WHAT THE TASK ASKS: Print exactly the lines below between the line holding "#62=CARTESIAN_POINT('',(203.5,10.,-317.5));" and the line holding "#73=FACE_BOUND('',#72,.T.);", inclusive, and nothing more.
── TASK DATA
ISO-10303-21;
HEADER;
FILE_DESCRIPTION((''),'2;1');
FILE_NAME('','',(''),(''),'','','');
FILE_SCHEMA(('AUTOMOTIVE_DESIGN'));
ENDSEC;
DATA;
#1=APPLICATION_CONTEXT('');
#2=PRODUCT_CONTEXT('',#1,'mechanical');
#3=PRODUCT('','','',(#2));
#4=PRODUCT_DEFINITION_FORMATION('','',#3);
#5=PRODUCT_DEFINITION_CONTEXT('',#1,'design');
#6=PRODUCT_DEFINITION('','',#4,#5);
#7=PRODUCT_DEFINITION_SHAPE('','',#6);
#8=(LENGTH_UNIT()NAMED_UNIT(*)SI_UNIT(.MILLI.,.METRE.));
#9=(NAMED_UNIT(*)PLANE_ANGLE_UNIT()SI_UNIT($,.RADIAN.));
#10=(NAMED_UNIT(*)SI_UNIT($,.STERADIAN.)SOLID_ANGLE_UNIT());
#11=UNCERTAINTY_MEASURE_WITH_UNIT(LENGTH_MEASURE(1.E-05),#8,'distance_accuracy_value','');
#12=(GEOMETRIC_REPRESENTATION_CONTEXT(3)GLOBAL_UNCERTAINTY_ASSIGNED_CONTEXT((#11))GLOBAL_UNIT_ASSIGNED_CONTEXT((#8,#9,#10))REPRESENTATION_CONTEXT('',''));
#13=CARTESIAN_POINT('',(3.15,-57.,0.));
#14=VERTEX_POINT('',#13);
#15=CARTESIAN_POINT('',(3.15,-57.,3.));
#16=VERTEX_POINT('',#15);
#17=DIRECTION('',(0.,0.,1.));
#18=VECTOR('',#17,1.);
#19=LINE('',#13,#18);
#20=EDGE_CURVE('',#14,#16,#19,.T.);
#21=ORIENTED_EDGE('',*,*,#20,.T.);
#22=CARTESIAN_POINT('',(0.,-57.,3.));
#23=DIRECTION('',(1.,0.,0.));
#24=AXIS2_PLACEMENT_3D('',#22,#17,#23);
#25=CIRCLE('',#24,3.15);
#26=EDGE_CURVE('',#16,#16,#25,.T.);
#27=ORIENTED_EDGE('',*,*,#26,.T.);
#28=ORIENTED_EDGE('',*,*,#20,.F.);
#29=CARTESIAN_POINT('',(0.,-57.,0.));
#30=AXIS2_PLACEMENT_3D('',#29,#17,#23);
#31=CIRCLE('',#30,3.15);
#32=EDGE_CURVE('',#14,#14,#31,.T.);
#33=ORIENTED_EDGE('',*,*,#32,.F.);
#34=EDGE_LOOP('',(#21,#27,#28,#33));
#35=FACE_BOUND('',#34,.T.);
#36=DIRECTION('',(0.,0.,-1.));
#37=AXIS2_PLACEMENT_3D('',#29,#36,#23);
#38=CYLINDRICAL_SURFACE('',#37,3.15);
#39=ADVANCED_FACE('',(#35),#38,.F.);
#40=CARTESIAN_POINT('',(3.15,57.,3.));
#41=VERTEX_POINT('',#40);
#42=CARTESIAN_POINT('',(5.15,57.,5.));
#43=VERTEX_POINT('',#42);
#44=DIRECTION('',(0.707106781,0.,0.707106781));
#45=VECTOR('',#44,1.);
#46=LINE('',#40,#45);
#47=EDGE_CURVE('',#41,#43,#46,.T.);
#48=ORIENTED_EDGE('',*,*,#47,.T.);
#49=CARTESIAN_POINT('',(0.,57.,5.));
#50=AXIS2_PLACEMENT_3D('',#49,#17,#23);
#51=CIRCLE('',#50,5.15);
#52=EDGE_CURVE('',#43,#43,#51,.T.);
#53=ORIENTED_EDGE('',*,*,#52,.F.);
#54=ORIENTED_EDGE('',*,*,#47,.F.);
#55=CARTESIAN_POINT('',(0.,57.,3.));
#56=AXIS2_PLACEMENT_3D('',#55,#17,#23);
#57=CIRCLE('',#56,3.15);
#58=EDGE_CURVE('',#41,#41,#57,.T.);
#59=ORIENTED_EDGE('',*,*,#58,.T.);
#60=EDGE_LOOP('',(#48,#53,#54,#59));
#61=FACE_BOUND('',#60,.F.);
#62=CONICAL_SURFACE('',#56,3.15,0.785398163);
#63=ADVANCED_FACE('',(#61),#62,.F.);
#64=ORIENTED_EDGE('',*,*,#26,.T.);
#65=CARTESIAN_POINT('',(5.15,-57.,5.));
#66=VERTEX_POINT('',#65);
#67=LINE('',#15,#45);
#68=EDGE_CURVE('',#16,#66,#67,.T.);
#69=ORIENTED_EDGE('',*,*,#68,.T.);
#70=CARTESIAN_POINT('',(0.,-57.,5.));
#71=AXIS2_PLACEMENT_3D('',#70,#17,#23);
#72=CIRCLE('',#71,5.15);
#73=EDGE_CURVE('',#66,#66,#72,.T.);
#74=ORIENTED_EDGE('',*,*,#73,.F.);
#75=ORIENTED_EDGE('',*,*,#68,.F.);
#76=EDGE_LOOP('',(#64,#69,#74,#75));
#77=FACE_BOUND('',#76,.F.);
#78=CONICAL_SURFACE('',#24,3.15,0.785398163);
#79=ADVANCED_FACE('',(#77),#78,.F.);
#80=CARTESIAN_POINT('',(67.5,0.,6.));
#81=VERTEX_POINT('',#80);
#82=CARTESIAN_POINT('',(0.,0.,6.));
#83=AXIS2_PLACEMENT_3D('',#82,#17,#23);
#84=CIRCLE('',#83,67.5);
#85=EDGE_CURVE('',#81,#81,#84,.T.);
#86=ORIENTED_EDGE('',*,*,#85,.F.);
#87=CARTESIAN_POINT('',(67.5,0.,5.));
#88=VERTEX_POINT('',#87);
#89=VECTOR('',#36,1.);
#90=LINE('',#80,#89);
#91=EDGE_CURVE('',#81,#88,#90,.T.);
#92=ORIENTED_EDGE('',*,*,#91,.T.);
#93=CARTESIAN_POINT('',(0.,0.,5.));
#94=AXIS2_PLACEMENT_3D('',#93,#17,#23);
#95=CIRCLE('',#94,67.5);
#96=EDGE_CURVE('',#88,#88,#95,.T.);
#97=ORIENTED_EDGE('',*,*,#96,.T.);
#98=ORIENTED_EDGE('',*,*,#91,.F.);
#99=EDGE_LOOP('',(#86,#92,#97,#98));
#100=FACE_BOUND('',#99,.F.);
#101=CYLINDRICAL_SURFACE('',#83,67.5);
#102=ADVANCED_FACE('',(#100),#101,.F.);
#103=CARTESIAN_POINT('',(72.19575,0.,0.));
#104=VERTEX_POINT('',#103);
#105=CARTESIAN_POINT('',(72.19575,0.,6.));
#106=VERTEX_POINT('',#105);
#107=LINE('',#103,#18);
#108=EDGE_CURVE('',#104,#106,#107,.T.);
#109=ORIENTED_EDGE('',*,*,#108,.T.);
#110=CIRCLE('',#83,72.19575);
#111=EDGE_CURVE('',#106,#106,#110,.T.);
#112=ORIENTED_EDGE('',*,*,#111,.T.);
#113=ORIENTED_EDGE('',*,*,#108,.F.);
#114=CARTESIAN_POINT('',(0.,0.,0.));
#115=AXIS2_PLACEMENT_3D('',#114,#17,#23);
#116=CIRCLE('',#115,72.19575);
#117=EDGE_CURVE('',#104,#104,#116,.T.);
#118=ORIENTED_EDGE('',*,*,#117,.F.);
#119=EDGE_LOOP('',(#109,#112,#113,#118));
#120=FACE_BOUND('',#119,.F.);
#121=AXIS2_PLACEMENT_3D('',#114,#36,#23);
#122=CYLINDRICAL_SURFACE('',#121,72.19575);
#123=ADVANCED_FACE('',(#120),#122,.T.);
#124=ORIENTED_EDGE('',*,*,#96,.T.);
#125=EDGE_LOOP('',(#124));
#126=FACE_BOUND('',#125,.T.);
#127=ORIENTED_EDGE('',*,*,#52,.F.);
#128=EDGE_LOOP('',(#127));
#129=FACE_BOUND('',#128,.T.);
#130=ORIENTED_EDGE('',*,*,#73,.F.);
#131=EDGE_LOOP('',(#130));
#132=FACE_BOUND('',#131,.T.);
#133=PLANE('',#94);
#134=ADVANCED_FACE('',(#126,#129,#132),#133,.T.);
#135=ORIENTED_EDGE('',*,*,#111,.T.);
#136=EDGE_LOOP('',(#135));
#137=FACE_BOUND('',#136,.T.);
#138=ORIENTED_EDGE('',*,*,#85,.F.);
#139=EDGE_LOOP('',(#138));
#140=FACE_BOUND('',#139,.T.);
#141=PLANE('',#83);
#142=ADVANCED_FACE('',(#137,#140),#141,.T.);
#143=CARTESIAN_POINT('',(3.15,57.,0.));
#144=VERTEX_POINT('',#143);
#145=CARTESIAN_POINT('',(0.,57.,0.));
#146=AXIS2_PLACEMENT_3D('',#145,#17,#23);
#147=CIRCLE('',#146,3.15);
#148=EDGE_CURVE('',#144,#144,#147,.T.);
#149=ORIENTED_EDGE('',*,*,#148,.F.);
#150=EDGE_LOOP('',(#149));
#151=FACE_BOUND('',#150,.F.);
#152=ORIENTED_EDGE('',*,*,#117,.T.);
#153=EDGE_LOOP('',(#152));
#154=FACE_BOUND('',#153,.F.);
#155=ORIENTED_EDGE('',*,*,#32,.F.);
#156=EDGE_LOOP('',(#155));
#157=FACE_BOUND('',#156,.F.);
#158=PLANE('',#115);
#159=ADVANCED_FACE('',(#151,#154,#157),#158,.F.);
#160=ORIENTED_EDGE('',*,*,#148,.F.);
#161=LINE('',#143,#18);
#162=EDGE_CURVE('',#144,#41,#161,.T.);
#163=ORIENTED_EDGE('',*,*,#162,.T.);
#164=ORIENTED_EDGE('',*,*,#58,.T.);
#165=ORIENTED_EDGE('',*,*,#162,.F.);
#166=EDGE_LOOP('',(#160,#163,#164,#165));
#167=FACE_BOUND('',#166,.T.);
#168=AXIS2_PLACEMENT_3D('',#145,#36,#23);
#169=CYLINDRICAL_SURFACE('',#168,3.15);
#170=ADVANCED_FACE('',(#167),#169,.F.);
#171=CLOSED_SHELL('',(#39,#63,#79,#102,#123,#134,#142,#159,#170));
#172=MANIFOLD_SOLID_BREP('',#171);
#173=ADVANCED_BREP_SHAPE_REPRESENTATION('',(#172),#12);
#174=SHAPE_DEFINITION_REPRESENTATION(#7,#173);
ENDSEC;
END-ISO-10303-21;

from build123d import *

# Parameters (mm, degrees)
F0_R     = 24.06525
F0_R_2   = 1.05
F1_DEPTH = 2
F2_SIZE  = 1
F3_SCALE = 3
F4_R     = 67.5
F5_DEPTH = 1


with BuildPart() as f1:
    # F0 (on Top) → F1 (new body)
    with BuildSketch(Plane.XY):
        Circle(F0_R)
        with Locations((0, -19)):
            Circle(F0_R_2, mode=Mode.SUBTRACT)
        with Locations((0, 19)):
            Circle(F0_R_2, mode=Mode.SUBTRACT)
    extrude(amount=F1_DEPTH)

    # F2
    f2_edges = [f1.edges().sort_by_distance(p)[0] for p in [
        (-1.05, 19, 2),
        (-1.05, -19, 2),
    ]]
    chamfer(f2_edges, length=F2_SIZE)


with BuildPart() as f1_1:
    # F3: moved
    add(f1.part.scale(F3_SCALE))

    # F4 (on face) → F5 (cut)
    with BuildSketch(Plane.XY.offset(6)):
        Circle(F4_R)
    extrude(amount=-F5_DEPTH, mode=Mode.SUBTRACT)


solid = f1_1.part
────
── TASK DATA
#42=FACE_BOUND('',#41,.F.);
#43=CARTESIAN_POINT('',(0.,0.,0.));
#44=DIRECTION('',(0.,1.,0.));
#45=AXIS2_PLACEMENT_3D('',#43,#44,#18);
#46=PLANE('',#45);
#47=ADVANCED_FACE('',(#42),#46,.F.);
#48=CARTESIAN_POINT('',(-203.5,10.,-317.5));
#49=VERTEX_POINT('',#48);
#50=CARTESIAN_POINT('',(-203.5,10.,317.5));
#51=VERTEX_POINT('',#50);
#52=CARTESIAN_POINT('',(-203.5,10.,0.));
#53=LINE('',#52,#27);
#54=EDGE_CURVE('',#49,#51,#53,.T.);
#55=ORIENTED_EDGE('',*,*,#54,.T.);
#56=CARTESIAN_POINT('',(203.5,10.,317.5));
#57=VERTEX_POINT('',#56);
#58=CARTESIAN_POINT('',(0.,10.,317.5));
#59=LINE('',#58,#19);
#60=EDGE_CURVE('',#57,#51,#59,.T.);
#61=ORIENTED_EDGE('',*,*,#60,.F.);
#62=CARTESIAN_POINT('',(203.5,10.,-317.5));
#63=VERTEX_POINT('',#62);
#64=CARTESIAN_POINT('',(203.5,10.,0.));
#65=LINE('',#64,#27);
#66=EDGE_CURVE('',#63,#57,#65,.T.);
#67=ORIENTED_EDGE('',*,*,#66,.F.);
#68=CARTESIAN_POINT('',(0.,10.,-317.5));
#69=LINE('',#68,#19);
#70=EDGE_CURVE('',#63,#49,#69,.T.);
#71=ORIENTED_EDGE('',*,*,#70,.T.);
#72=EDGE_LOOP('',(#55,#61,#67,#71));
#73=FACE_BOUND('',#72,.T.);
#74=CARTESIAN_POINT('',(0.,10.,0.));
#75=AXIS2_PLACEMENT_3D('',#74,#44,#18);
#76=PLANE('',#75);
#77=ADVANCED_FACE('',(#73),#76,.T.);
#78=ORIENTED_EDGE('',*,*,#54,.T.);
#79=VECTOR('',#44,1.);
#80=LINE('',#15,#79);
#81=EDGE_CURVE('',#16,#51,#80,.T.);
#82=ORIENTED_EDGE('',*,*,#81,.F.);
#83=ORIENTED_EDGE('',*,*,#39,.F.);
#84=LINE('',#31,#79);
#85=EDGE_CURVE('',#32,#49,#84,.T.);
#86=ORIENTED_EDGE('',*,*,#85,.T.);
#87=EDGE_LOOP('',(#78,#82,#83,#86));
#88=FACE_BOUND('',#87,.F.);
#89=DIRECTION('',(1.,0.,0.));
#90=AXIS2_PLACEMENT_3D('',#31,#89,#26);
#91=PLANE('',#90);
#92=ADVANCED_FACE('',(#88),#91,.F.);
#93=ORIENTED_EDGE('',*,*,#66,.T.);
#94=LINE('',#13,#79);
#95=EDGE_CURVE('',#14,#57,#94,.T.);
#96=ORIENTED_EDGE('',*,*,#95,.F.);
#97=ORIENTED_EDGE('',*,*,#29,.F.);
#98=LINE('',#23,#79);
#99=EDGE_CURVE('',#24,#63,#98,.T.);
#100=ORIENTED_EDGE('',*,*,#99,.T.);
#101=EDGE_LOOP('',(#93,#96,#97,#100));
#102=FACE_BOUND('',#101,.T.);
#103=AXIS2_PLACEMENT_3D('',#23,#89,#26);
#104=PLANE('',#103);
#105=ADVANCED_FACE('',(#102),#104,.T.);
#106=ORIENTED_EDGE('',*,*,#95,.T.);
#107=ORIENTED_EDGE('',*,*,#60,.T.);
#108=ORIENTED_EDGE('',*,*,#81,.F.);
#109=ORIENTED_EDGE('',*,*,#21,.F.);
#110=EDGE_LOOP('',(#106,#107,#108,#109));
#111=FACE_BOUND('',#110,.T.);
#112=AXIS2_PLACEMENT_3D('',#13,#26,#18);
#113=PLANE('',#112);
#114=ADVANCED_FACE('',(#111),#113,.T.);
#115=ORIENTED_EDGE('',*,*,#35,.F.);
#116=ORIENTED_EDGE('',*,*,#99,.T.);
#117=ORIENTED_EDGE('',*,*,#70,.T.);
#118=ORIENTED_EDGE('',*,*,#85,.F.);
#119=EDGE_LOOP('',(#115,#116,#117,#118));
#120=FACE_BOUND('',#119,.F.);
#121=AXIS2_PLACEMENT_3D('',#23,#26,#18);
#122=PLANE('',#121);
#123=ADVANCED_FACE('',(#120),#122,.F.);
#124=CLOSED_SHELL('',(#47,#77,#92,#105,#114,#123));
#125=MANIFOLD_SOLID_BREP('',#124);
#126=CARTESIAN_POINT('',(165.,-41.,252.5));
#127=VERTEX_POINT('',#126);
────
WRITTEN ANSWER:
#62=CARTESIAN_POINT('',(203.5,10.,-317.5));
#63=VERTEX_POINT('',#62);
#64=CARTESIAN_POINT('',(203.5,10.,0.));
#65=LINE('',#64,#27);
#66=EDGE_CURVE('',#63,#57,#65,.T.);
#67=ORIENTED_EDGE('',*,*,#66,.F.);
#68=CARTESIAN_POINT('',(0.,10.,-317.5));
#69=LINE('',#68,#19);
#70=EDGE_CURVE('',#63,#49,#69,.T.);
#71=ORIENTED_EDGE('',*,*,#70,.T.);
#72=EDGE_LOOP('',(#55,#61,#67,#71));
#73=FACE_BOUND('',#72,.T.);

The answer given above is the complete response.